In the records below, find the line with "v 18.104 2 3.142" and the line with "v 18.875 1.406 3.379". Print both exactly, along with every line between them, and no other line.

+++

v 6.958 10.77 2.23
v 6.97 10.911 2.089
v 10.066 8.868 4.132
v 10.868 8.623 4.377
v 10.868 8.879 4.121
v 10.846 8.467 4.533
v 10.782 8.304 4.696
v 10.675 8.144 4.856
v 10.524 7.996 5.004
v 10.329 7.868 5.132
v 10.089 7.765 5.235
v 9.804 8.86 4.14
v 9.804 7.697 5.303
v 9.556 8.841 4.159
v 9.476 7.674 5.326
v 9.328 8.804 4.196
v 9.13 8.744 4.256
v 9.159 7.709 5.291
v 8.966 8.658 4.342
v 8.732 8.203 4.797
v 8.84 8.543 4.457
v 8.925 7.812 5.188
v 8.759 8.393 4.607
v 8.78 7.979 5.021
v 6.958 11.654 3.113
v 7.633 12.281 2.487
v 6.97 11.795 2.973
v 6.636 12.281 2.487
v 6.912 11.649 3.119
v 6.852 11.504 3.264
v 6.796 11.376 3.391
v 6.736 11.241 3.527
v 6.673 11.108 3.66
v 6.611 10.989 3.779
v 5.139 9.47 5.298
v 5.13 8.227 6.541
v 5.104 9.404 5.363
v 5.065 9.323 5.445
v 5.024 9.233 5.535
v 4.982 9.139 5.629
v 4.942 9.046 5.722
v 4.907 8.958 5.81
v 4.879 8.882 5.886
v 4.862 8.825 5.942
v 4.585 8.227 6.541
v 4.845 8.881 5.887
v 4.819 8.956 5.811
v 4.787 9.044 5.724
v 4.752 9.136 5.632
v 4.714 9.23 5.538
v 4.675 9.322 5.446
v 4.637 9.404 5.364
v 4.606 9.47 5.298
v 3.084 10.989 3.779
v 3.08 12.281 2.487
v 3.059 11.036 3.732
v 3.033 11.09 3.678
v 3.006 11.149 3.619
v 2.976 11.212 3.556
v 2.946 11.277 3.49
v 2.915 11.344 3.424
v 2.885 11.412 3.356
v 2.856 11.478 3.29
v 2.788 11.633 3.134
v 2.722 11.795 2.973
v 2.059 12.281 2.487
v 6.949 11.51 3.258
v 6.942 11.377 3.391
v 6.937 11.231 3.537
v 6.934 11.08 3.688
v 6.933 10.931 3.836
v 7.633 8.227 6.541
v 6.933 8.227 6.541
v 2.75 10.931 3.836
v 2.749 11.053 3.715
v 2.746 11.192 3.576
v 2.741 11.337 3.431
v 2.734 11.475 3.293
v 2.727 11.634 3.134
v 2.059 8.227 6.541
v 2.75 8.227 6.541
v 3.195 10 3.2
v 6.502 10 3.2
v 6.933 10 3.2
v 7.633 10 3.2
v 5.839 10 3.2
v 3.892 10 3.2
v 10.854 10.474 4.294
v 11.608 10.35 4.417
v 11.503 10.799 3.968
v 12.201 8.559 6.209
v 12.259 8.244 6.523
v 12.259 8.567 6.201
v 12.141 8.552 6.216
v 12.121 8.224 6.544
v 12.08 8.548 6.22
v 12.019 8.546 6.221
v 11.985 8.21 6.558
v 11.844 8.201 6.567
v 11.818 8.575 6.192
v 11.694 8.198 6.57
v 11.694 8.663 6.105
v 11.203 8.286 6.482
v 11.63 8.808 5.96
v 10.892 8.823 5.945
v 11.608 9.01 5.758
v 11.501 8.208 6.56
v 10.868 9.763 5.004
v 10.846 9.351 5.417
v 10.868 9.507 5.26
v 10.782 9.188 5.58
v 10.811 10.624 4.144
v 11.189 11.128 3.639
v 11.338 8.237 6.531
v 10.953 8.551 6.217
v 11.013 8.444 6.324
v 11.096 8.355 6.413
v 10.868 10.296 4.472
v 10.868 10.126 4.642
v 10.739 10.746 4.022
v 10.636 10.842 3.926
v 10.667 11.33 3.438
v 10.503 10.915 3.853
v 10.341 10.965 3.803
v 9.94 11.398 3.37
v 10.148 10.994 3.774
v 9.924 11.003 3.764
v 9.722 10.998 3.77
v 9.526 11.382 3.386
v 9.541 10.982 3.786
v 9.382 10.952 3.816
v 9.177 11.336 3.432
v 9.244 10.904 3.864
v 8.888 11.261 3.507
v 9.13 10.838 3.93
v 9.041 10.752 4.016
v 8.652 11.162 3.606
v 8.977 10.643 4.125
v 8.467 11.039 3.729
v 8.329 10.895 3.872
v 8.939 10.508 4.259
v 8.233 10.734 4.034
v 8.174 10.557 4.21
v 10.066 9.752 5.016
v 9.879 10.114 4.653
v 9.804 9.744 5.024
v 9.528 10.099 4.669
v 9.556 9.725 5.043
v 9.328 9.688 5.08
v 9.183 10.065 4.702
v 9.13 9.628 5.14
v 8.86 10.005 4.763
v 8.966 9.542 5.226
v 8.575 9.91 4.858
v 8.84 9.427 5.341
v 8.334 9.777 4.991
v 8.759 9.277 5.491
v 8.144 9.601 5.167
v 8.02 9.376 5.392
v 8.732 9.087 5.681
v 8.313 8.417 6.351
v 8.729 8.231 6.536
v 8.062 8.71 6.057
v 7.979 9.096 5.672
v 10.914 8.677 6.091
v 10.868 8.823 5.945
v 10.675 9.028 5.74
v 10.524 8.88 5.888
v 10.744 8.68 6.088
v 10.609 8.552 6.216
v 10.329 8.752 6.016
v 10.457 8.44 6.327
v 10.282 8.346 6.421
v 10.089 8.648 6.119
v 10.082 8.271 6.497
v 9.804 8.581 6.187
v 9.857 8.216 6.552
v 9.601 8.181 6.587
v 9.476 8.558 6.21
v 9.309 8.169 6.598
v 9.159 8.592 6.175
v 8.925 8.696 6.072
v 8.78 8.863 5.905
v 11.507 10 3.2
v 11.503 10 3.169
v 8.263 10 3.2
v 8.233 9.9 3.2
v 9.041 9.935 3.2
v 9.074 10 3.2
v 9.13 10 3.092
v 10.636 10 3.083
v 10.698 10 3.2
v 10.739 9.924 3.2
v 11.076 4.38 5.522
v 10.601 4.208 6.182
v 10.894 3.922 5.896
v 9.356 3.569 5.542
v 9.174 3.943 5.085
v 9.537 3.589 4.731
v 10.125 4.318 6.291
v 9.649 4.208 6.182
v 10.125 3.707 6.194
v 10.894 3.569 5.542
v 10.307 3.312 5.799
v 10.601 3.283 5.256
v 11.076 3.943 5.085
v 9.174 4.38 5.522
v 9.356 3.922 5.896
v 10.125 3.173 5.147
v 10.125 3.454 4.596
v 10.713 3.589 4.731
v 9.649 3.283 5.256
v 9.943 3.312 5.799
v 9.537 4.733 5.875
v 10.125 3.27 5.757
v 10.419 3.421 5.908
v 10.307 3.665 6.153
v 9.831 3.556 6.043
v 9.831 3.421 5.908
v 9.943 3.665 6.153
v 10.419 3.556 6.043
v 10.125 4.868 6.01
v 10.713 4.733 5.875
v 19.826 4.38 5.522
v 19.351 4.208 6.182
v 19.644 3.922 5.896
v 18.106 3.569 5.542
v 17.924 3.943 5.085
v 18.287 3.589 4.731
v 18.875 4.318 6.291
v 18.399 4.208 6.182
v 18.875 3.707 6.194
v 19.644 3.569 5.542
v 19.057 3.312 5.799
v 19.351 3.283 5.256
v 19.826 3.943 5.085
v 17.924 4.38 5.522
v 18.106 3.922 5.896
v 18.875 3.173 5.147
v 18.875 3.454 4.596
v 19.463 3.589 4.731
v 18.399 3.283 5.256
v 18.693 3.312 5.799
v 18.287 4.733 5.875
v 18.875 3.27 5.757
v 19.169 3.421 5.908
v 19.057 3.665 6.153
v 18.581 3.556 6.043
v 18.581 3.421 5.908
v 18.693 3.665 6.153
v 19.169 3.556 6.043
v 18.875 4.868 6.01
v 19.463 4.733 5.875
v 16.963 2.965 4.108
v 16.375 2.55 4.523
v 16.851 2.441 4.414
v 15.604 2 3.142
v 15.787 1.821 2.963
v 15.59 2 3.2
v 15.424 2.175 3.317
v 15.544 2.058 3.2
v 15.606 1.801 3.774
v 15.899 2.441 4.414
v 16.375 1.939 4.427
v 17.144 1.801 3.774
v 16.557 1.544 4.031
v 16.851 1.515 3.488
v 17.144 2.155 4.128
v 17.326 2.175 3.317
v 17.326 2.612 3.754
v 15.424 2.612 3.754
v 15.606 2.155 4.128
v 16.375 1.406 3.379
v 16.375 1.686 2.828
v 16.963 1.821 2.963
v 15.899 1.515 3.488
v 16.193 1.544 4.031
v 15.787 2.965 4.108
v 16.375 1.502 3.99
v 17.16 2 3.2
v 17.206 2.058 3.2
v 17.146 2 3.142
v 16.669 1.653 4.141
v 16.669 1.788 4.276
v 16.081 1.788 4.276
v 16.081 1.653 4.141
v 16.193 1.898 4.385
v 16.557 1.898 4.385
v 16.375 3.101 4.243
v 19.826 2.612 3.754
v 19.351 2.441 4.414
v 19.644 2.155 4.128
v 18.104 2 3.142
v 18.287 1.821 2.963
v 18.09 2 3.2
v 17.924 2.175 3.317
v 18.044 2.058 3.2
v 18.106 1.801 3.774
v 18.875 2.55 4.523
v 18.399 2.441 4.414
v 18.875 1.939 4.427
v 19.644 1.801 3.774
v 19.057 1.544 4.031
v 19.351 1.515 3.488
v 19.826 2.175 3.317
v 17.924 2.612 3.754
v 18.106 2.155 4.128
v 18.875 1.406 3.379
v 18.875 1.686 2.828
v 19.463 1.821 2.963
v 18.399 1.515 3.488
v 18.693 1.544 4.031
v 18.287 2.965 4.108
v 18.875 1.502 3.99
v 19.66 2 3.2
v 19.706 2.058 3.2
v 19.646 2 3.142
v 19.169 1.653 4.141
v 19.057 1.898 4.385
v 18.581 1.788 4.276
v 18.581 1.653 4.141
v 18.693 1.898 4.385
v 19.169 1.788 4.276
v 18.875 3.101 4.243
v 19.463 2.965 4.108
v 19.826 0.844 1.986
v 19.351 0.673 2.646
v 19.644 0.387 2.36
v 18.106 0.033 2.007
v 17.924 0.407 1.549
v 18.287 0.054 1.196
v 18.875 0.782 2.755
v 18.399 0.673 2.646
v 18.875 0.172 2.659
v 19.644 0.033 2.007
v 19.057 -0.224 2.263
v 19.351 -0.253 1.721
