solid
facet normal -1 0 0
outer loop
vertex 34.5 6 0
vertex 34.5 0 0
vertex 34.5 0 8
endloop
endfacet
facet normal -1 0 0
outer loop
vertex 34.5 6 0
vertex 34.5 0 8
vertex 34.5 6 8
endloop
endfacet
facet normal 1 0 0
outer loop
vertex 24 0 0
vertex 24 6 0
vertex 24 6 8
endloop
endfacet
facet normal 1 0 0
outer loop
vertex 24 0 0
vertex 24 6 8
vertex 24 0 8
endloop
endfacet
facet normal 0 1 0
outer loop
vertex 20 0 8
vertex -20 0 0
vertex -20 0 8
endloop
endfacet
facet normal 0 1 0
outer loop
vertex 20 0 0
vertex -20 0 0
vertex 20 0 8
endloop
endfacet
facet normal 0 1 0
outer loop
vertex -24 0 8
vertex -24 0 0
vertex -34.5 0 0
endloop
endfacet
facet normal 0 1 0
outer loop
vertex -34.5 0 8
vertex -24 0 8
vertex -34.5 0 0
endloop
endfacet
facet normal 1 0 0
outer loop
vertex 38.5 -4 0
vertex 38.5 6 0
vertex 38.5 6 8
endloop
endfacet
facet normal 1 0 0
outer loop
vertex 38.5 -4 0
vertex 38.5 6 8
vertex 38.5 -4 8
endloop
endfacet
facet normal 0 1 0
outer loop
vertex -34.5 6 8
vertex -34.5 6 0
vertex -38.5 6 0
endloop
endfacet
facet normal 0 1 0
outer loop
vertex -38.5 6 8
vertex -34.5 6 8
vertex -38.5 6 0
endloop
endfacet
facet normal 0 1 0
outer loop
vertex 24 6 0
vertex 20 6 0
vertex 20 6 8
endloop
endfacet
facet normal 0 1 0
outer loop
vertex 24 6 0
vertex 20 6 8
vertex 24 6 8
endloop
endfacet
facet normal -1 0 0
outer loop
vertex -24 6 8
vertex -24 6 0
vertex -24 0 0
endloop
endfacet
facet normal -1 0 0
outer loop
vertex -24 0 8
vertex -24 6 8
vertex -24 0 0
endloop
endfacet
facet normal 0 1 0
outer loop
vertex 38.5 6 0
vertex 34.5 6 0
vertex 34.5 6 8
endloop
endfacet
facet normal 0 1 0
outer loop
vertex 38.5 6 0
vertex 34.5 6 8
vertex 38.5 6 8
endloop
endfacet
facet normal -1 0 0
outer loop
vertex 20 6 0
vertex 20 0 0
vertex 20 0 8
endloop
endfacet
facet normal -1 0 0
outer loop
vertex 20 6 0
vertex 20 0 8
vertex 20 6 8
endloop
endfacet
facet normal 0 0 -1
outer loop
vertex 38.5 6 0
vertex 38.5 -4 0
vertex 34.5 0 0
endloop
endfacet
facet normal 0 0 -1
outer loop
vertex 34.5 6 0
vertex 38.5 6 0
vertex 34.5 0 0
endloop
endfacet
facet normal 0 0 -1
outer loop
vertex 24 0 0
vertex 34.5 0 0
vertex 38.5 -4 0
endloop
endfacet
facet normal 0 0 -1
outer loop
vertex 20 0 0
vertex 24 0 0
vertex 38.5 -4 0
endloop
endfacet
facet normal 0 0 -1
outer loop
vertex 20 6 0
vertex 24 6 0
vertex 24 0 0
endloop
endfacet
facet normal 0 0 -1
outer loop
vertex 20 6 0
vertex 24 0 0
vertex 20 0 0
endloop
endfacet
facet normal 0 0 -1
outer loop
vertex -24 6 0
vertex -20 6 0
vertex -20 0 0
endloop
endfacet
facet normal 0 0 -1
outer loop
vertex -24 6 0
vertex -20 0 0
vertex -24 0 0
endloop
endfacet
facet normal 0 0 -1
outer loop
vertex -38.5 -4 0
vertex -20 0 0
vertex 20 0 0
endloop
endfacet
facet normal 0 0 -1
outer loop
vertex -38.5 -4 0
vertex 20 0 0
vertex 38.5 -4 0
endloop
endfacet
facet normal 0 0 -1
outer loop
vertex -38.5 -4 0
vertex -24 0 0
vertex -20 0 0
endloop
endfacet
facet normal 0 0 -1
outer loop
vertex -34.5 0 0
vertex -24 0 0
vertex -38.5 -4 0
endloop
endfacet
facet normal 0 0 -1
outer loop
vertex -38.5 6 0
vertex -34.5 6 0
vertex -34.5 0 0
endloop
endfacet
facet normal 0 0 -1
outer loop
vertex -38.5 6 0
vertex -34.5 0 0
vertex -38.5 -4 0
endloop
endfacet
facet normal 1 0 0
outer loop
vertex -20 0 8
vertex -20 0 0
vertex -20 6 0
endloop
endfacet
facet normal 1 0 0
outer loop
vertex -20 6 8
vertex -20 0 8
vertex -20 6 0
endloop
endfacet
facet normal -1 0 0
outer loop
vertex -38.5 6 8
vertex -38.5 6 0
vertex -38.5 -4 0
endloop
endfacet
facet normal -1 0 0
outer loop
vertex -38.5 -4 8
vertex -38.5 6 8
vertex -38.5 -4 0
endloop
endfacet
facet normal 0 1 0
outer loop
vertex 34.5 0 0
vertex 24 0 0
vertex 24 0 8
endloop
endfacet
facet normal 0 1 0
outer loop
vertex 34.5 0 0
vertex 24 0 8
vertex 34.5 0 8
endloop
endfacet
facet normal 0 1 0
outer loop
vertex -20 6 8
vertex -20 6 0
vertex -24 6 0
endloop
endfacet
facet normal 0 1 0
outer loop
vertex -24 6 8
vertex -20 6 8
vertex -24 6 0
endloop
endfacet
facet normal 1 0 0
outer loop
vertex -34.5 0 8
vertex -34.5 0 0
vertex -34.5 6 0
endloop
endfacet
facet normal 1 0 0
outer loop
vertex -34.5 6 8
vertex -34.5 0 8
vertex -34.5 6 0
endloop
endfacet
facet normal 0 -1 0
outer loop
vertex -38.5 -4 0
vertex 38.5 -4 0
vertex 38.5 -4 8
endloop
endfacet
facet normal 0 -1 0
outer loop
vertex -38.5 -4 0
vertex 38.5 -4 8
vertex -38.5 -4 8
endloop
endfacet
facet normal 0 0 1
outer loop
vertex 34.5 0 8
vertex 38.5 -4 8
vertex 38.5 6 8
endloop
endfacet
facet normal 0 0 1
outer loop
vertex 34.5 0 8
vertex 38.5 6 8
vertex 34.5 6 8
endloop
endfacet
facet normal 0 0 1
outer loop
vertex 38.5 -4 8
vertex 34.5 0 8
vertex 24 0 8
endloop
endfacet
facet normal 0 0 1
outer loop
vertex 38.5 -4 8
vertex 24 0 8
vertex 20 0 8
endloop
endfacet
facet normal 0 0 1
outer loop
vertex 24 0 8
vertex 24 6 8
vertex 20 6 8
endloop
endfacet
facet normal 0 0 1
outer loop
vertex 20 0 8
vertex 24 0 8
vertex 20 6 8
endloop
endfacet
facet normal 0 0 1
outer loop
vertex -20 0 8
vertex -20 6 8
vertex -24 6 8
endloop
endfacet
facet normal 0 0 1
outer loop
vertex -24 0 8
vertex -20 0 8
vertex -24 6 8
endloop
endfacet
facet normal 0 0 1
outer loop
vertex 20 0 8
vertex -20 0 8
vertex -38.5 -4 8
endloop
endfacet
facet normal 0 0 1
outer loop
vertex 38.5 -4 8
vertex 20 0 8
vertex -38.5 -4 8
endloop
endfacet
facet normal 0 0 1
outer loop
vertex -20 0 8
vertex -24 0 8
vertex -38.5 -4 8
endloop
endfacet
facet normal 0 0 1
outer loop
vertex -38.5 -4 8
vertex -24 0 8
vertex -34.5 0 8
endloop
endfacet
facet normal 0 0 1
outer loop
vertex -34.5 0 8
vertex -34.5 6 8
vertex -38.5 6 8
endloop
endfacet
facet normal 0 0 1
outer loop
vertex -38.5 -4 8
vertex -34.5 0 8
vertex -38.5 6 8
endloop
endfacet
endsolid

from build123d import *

# Parameters (mm, degrees)
BOSS_EXTRUDE2_DEPTH = 8


with BuildPart() as part:
    # Sketch1 → Boss-Extrude2 (new body)
    with BuildSketch(Plane.XY):
        Polygon((0, 0), (-20, 0), (-20, 6), (-24, 6), (-24, 0), (-34.5, 0), (-34.5, 6), (-38.5, 6), (-38.5, -4), (0, -4), align=None)
    extrude(amount=BOSS_EXTRUDE2_DEPTH)

    # Mirror1: part across plane


with BuildPart() as part_1:
    add(part.part)
    add(part.part.mirror(Plane(origin=(0, 0, 0), x_dir=(0, 0, 1), z_dir=(1, 0, 0))))


solid = part_1.part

+++

Problem solution
v 18.104 2 3.142
v 18.287 1.821 2.963
v 18.09 2 3.2
v 17.924 2.175 3.317
v 18.044 2.058 3.2
v 18.106 1.801 3.774
v 18.875 2.55 4.523
v 18.399 2.441 4.414
v 18.875 1.939 4.427
v 19.644 1.801 3.774
v 19.057 1.544 4.031
v 19.351 1.515 3.488
v 19.826 2.175 3.317
v 17.924 2.612 3.754
v 18.106 2.155 4.128
v 18.875 1.406 3.379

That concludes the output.